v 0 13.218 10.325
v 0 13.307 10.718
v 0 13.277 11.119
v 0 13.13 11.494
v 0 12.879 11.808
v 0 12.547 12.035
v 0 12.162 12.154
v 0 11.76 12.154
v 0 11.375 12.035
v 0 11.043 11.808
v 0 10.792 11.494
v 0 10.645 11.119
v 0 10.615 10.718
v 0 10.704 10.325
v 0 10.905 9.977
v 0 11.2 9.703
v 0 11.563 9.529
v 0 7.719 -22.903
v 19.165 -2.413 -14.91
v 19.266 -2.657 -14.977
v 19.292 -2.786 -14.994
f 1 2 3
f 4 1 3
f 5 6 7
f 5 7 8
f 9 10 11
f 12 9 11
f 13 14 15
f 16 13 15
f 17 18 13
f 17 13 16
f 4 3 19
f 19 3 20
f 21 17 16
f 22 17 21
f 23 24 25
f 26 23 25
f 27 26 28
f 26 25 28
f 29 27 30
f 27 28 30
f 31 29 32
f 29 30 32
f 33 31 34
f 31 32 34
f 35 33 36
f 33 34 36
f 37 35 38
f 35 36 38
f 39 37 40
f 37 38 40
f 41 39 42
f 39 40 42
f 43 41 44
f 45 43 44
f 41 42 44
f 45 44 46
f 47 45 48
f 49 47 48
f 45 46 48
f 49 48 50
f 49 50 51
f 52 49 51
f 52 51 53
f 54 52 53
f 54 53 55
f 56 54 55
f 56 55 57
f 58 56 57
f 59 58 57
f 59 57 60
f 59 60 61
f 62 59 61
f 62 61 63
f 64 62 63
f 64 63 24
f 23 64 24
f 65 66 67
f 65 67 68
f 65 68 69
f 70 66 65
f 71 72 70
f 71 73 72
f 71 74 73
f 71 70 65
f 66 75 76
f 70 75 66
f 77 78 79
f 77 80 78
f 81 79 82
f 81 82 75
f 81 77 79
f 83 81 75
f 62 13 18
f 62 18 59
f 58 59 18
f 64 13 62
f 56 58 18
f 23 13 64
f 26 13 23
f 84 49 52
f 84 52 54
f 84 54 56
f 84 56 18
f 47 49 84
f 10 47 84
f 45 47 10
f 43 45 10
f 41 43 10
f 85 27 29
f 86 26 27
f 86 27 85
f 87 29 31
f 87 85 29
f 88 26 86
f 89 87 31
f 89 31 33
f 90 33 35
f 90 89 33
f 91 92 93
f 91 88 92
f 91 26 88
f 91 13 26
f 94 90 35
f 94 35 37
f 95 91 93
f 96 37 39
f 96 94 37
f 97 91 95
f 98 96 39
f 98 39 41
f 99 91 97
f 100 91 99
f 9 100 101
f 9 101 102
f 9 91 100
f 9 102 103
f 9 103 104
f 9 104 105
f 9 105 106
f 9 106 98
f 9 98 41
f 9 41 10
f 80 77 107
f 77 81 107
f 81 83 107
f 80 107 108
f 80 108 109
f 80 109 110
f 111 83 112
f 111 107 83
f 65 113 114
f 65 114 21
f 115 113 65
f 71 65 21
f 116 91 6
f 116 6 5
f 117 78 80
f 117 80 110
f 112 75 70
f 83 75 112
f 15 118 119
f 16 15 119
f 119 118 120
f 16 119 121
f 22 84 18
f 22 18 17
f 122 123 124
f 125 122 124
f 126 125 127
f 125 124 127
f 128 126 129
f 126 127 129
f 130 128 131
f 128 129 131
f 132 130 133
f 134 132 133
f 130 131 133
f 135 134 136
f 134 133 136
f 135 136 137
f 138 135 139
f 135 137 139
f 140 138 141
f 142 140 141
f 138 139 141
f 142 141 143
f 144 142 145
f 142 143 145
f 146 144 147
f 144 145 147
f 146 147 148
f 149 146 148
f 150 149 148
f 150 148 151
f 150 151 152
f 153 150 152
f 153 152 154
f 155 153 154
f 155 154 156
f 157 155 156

__What is needed__.
Restate every record above, exactly, in full.

__Task solution__.
v 0 13.218 10.325
v 0 13.307 10.718
v 0 13.277 11.119
v 0 13.13 11.494
v 0 12.879 11.808
v 0 12.547 12.035
v 0 12.162 12.154
v 0 11.76 12.154
v 0 11.375 12.035
v 0 11.043 11.808
v 0 10.792 11.494
v 0 10.645 11.119
v 0 10.615 10.718
v 0 10.704 10.325
v 0 10.905 9.977
v 0 11.2 9.703
v 0 11.563 9.529
v 0 7.719 -22.903
v 19.165 -2.413 -14.91
v 19.266 -2.657 -14.977
v 19.292 -2.786 -14.994
f 1 2 3
f 4 1 3
f 5 6 7
f 5 7 8
f 9 10 11
f 12 9 11
f 13 14 15
f 16 13 15
f 17 18 13
f 17 13 16
f 4 3 19
f 19 3 20
f 21 17 16
f 22 17 21
f 23 24 25
f 26 23 25
f 27 26 28
f 26 25 28
f 29 27 30
f 27 28 30
f 31 29 32
f 29 30 32
f 33 31 34
f 31 32 34
f 35 33 36
f 33 34 36
f 37 35 38
f 35 36 38
f 39 37 40
f 37 38 40
f 41 39 42
f 39 40 42
f 43 41 44
f 45 43 44
f 41 42 44
f 45 44 46
f 47 45 48
f 49 47 48
f 45 46 48
f 49 48 50
f 49 50 51
f 52 49 51
f 52 51 53
f 54 52 53
f 54 53 55
f 56 54 55
f 56 55 57
f 58 56 57
f 59 58 57
f 59 57 60
f 59 60 61
f 62 59 61
f 62 61 63
f 64 62 63
f 64 63 24
f 23 64 24
f 65 66 67
f 65 67 68
f 65 68 69
f 70 66 65
f 71 72 70
f 71 73 72
f 71 74 73
f 71 70 65
f 66 75 76
f 70 75 66
f 77 78 79
f 77 80 78
f 81 79 82
f 81 82 75
f 81 77 79
f 83 81 75
f 62 13 18
f 62 18 59
f 58 59 18
f 64 13 62
f 56 58 18
f 23 13 64
f 26 13 23
f 84 49 52
f 84 52 54
f 84 54 56
f 84 56 18
f 47 49 84
f 10 47 84
f 45 47 10
f 43 45 10
f 41 43 10
f 85 27 29
f 86 26 27
f 86 27 85
f 87 29 31
f 87 85 29
f 88 26 86
f 89 87 31
f 89 31 33
f 90 33 35
f 90 89 33
f 91 92 93
f 91 88 92
f 91 26 88
f 91 13 26
f 94 90 35
f 94 35 37
f 95 91 93
f 96 37 39
f 96 94 37
f 97 91 95
f 98 96 39
f 98 39 41
f 99 91 97
f 100 91 99
f 9 100 101
f 9 101 102
f 9 91 100
f 9 102 103
f 9 103 104
f 9 104 105
f 9 105 106
f 9 106 98
f 9 98 41
f 9 41 10
f 80 77 107
f 77 81 107
f 81 83 107
f 80 107 108
f 80 108 109
f 80 109 110
f 111 83 112
f 111 107 83
f 65 113 114
f 65 114 21
f 115 113 65
f 71 65 21
f 116 91 6
f 116 6 5
f 117 78 80
f 117 80 110
f 112 75 70
f 83 75 112
f 15 118 119
f 16 15 119
f 119 118 120
f 16 119 121
f 22 84 18
f 22 18 17
f 122 123 124
f 125 122 124
f 126 125 127
f 125 124 127
f 128 126 129
f 126 127 129
f 130 128 131
f 128 129 131
f 132 130 133
f 134 132 133
f 130 131 133
f 135 134 136
f 134 133 136
f 135 136 137
f 138 135 139
f 135 137 139
f 140 138 141
f 142 140 141
f 138 139 141
f 142 141 143
f 144 142 145
f 142 143 145
f 146 144 147
f 144 145 147
f 146 147 148
f 149 146 148
f 150 149 148
f 150 148 151
f 150 151 152
f 153 150 152
f 153 152 154
f 155 153 154
f 155 154 156
f 157 155 156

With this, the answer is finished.